Female Body Issues: Petitioning Seventeen Magazine
I’m 21, 5’4”, 145 pounds and proud to be me. I once suffered the intensely despairing need of a teenage girl to be tall and skinny, but there was really nothing I could do to achieve that ideal; I have a masculine bone structure and arms that defeated every boy I ever arm-wrestled from elementary to high school. And now, I have come to embrace my body and my unfeminine strength. I am a Taekwondo black belt and a Brazilian Jiujitsu practitioner. I lift weights and eat like a guy. But I believe I am beautiful the way I am. It was a long and painful journey for me to reach that conclusion and I won’t deny that I still suffer days where I am not entirely content with my body.
And this doesn’t mean that I’m just going to stop working out to get fit and improve myself. In fact, working out without the constant nagging reason of needing to lose weight in order to be happy in my body is a very positive mindset and experience. I cannot stress enough the importance of a positive mentality in life.
Unfortunately, magazines for teenage girls (such as Seventeen) make it harder for girls to love their bodies because the pages are filled from cover to cover with blemish-free pictures of supermodels and celebrities who propagate a certain criteria for beauty. 14-year old Julia Bluhm started a petition to Seventeen asking that they publish ONE unedited photo spread each month to battle the photoshopped and airbrushed ideal of perfection and beauty that young girls are so susceptible to.

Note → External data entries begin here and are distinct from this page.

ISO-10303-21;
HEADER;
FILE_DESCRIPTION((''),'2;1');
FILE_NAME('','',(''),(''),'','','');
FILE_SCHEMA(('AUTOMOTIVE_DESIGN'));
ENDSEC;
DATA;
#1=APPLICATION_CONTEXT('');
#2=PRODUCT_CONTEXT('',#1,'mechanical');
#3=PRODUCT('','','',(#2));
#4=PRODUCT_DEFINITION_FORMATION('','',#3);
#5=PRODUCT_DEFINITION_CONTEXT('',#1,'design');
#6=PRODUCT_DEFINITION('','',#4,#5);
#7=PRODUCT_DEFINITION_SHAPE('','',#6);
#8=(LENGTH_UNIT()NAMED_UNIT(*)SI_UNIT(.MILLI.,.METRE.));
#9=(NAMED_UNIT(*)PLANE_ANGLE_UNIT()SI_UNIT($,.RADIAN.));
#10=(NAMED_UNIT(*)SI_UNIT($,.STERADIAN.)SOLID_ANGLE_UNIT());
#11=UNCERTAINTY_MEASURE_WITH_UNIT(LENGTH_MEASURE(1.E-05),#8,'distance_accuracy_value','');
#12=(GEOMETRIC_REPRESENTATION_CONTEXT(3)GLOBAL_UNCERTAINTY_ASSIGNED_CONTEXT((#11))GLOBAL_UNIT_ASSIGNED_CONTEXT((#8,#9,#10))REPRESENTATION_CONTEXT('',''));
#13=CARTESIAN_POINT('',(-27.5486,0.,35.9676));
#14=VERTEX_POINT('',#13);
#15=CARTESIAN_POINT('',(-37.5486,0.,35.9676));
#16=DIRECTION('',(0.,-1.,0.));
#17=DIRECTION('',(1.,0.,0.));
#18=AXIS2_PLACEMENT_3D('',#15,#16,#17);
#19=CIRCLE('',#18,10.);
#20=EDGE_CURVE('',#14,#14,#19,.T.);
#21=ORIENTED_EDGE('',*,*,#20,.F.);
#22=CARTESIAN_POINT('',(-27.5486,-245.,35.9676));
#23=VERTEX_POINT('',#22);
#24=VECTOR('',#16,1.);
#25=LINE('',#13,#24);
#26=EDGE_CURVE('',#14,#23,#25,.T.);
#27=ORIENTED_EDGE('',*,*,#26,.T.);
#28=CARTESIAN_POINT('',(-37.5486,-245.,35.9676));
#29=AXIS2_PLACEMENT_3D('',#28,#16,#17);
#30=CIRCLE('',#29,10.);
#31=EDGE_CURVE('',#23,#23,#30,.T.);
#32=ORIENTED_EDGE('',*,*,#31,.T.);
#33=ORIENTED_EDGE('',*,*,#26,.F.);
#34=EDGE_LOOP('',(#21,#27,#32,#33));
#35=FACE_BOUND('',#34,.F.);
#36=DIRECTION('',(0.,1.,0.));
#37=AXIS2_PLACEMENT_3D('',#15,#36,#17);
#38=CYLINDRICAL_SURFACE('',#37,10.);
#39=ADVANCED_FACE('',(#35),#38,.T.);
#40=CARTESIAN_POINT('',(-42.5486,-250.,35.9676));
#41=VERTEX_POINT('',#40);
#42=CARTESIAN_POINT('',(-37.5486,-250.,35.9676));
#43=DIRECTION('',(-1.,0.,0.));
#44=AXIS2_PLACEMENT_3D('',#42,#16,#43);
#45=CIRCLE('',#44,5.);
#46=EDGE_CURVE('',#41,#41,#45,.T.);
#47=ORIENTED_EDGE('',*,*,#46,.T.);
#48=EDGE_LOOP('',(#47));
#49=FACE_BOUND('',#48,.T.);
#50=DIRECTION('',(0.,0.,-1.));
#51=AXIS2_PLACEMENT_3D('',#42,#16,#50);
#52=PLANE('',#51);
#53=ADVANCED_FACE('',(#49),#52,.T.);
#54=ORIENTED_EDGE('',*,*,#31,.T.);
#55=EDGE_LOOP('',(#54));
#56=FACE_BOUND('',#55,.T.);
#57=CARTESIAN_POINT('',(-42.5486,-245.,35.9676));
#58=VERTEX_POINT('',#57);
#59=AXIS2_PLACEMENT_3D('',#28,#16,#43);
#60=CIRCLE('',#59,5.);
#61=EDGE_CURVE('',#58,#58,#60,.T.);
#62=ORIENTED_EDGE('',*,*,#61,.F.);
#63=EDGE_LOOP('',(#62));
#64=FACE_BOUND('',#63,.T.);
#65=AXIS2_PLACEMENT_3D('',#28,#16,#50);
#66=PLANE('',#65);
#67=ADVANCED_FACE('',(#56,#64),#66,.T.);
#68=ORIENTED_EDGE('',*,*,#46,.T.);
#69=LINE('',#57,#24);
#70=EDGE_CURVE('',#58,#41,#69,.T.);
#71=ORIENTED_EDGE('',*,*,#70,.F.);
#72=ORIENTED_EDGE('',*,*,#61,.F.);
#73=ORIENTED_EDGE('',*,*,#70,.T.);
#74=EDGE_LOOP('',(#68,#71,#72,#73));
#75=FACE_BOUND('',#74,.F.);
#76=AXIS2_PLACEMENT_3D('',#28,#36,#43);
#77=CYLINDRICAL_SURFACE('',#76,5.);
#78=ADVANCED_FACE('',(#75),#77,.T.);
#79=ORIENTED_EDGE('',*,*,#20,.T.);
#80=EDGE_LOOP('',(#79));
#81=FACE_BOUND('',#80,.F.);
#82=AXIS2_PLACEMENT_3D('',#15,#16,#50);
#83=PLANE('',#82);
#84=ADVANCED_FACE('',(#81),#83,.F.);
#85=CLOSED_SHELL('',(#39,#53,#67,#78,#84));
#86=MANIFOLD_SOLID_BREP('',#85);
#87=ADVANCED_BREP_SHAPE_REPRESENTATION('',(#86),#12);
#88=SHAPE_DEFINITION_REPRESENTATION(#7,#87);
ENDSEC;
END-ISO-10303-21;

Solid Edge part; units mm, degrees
sketch "Sketch1" plane through (0, 0, 0) normal (0, -1, 0) x (1, 0, 0)
  circle A0 centre (-37.5486, 35.9676) radius 10
  dimension "D1" = 20
extrude "Protrusion1" add sketch "Sketch1" along normal blind 245
sketch "Sketch2" plane through (-37.5486, -245, 35.9676) normal (0, -1, 0) x (-1, 0, 0)
  circle A0 centre (0, 0) radius 5
  dimension "D1" = 10
extrude "ExtrudedProtrusion_2" add sketch "Sketch2" along normal blind 5
properties material "Aluminum, 6061-T6"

I admit I used to read Seventeen magazine, but I got tired of the shallowness of girls depicted within its pages. Most of the girls featured in the magazine were skinny with smooth, unmuscular-looking limbs (with the exception of this group of girls who were doing one of Seventeen’s weight loss challenges several years ago).

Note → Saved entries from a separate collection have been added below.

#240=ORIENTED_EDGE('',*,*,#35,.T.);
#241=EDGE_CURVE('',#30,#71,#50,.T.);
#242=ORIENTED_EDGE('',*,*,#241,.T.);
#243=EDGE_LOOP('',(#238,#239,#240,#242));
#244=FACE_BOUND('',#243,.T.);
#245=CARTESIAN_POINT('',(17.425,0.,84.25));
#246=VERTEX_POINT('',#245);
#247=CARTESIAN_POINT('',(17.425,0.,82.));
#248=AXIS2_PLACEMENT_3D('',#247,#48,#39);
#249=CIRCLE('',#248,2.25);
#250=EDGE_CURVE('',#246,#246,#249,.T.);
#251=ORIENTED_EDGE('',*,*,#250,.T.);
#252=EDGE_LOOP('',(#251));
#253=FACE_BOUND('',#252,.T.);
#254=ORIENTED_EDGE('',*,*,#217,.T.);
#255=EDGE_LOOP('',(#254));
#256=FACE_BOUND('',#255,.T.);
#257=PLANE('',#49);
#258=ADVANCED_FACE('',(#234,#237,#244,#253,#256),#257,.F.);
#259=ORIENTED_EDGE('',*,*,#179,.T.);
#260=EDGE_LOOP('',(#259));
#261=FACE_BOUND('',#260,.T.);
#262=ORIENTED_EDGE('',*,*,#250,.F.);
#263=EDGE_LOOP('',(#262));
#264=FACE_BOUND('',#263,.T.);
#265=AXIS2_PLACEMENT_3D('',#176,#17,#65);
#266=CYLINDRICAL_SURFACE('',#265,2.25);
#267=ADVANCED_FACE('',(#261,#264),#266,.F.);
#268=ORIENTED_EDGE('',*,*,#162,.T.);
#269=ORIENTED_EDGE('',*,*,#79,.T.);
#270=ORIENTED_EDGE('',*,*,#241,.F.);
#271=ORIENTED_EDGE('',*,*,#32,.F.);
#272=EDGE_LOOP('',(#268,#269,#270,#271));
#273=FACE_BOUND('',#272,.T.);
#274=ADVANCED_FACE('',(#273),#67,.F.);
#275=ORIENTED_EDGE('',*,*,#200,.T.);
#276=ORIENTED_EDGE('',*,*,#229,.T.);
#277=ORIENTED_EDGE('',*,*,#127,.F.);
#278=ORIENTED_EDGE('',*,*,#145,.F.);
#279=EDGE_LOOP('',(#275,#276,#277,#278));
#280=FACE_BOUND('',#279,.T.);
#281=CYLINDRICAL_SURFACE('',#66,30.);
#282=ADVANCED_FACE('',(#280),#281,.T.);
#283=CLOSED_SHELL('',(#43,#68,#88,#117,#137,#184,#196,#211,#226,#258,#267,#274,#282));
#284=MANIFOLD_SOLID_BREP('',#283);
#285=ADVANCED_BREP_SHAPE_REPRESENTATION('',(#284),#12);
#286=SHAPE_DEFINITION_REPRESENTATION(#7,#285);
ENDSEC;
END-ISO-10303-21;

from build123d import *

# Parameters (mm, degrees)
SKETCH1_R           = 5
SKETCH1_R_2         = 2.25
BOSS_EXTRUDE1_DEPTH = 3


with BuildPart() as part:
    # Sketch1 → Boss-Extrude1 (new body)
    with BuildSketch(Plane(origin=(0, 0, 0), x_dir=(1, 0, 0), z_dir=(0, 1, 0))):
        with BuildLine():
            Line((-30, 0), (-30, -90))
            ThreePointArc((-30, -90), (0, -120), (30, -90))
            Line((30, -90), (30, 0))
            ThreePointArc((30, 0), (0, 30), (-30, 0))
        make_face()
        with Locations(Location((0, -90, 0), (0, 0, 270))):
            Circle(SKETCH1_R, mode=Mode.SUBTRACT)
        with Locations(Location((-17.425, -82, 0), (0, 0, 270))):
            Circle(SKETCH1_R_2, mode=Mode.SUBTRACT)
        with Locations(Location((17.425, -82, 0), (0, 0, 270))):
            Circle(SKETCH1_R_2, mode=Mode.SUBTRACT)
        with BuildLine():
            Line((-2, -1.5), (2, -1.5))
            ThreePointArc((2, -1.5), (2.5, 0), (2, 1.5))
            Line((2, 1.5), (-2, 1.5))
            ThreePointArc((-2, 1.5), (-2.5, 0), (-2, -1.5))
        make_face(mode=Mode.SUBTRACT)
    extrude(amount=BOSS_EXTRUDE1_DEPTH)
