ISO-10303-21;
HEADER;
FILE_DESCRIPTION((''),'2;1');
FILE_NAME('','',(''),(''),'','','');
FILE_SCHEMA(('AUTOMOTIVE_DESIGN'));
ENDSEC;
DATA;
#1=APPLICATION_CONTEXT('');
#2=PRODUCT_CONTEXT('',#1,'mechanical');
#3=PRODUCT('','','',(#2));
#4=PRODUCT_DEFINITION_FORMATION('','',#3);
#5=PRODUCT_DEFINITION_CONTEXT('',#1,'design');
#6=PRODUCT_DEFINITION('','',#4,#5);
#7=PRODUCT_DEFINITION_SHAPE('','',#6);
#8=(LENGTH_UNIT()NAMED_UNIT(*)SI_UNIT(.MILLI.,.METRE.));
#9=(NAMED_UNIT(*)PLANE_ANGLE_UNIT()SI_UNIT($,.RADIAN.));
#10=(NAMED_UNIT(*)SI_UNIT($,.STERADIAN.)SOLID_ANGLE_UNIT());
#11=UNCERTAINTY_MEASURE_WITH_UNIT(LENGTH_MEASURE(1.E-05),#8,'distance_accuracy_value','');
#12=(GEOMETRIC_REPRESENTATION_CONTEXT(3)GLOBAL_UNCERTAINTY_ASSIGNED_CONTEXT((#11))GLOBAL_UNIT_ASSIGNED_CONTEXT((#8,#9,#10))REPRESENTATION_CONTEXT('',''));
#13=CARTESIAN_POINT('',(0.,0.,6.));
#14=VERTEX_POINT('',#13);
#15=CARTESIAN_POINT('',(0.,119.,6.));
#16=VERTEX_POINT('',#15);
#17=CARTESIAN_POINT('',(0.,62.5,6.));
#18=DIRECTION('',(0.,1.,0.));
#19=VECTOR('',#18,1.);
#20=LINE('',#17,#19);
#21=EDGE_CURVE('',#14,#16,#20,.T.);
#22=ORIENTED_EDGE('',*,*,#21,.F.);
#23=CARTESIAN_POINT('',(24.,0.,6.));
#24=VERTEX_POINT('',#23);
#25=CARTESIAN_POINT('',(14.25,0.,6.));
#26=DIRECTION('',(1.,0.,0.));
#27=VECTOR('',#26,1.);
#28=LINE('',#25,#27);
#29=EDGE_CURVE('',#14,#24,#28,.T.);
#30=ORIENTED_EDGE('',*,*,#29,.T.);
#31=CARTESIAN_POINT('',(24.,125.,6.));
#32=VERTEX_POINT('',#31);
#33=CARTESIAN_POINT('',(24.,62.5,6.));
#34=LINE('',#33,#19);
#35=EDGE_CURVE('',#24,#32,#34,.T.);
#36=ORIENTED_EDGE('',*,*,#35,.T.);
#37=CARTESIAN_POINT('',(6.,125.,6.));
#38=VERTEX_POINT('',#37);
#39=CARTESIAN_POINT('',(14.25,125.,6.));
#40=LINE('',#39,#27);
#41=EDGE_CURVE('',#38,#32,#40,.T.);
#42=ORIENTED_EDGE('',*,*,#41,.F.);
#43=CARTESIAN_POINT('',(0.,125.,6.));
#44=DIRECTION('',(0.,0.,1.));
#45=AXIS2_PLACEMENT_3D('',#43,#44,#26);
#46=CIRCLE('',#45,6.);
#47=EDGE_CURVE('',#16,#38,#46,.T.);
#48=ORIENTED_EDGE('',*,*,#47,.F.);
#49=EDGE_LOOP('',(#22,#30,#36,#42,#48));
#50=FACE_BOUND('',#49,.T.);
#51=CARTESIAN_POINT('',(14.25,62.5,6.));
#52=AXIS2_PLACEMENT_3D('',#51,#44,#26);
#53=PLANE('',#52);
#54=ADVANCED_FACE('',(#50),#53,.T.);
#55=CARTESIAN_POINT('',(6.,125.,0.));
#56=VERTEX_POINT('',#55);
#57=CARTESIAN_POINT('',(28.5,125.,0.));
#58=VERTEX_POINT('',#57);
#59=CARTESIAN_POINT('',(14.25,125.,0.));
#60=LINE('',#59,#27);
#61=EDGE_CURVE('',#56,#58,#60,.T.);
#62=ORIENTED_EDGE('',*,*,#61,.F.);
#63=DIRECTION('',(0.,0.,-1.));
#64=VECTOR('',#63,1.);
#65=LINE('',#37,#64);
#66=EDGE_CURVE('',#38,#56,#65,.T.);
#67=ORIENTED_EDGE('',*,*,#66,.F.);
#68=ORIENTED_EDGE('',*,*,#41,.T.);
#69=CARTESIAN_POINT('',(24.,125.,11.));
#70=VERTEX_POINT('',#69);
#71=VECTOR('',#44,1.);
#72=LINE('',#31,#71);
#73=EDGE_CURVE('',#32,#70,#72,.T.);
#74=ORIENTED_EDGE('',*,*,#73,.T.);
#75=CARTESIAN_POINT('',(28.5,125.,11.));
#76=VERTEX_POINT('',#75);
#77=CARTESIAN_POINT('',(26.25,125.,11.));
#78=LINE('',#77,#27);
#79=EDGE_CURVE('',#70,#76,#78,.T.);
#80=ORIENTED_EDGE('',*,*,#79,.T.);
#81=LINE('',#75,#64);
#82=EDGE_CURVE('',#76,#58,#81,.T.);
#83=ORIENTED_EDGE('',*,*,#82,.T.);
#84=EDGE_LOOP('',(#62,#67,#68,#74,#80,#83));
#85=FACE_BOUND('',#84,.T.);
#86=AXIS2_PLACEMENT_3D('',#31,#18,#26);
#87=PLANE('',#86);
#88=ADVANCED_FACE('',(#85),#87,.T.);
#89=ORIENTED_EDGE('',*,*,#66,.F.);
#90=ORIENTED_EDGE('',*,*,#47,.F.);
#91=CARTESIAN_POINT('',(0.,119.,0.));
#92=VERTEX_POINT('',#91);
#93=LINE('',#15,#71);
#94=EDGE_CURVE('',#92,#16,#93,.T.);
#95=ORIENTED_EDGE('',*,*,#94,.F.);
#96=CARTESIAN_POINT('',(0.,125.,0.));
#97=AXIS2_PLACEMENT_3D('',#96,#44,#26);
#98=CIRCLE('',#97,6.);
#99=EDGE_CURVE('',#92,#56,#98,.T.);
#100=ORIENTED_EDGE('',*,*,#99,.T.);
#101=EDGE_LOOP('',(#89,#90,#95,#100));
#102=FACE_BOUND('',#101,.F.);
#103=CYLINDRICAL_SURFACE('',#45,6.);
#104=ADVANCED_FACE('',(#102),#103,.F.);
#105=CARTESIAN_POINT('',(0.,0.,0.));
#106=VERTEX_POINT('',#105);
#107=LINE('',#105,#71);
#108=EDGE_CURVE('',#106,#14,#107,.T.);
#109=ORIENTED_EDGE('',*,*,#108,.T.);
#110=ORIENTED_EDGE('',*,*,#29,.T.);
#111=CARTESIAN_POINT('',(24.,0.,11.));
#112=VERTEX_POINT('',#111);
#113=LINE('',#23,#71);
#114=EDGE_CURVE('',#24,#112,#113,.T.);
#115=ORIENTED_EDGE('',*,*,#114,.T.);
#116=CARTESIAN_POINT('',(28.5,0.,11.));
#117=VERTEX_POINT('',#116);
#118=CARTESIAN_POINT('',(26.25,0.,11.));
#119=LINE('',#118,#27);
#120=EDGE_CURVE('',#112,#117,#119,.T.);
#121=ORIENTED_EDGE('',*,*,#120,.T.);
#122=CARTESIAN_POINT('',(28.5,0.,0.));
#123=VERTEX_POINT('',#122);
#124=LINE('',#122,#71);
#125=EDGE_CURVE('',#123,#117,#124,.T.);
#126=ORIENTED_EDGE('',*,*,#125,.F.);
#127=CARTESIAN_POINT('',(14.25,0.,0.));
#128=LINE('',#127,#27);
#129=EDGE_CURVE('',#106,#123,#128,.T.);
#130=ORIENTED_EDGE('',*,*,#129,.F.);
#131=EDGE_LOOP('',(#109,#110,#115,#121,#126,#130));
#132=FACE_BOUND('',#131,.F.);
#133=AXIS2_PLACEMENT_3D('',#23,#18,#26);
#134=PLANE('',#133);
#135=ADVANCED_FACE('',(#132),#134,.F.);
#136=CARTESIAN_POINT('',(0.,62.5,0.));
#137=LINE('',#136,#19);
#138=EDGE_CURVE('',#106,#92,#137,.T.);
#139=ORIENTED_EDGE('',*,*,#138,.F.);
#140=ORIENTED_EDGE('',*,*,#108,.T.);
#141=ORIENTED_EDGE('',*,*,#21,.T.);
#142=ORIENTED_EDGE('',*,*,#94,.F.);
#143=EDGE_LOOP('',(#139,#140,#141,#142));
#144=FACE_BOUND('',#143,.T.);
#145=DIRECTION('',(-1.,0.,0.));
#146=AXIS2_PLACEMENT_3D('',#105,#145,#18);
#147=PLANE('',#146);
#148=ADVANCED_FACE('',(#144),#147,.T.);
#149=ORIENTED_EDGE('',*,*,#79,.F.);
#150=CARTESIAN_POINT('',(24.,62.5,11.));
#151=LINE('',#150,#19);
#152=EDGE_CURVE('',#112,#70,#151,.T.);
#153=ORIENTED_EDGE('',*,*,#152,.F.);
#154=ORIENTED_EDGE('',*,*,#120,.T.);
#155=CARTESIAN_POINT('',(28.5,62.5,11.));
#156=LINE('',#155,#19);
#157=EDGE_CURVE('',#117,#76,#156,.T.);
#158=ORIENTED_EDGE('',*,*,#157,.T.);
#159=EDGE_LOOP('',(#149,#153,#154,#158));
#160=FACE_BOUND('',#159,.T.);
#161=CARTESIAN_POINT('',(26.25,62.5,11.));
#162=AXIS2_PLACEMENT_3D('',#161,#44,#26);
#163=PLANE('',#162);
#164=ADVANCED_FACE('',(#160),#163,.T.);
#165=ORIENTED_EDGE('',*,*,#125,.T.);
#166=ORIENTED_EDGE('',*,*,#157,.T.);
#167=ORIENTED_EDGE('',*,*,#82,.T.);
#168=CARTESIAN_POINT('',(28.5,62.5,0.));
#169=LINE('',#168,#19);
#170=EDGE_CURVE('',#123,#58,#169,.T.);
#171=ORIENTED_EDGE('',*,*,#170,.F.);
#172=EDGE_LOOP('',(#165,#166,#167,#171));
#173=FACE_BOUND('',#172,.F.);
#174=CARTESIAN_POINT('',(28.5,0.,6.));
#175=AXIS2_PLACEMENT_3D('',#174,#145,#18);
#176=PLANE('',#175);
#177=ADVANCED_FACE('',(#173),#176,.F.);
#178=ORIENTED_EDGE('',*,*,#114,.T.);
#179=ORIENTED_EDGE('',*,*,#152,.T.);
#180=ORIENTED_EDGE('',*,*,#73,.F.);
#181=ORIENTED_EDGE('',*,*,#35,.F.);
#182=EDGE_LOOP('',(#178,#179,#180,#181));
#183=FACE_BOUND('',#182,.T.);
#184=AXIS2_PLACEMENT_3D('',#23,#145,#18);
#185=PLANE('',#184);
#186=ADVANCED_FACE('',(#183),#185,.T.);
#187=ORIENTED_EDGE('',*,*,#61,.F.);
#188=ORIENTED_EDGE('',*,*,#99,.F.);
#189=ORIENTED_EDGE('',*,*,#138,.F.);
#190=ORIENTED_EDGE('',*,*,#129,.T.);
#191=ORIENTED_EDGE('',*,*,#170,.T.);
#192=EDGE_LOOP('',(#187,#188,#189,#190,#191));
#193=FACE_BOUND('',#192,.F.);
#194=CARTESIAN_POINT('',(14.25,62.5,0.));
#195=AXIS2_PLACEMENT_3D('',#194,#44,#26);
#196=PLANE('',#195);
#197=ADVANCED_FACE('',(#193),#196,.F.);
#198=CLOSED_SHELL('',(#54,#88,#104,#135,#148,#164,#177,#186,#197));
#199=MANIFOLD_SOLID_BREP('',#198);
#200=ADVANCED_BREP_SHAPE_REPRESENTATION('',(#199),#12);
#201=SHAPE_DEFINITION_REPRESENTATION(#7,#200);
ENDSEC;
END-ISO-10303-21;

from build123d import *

# Parameters (mm, degrees)
CROQUIS1_W              = 28.5
CROQUIS1_H              = 125
SALIENTE_EXTRUIR1_DEPTH = 6
CROQUIS2_W              = 4.5
CROQUIS2_H              = 125
SALIENTE_EXTRUIR2_DEPTH = 5
CROQUIS3_R              = 6
CORTAR_EXTRUIR1_DEPTH   = 7


with BuildPart() as part:
    # Croquis1 → Saliente-Extruir1 (new body)
    with BuildSketch(Plane.XY):
        with Locations((14.25, 62.5)):
            Rectangle(CROQUIS1_W, CROQUIS1_H)
    extrude(amount=SALIENTE_EXTRUIR1_DEPTH)

    # Croquis2 → Saliente-Extruir2 (add)
    with BuildSketch(Plane.XY.offset(6)):
        with Locations((26.25, 62.5)):
            Rectangle(CROQUIS2_W, CROQUIS2_H)
    extrude(amount=SALIENTE_EXTRUIR2_DEPTH)

    # Croquis3 → Cortar-Extruir1 (cut, through all)
    with BuildSketch(Plane.XY.offset(6)):
        with Locations((0, 125)):
            Circle(CROQUIS3_R)
    extrude(amount=-CORTAR_EXTRUIR1_DEPTH, mode=Mode.SUBTRACT)


solid = part.part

I signed this petition because I want to help make it a little bit easier for the next generation of girls to learn to love themselves. I would never wish that the magazine be discontinued for its detrimental effect on a girl’s self-esteem, but I would like to see the publication grow into something that empowers its vast readership of naïve young girls. If you agree, don’t hesitate to sign the petition now.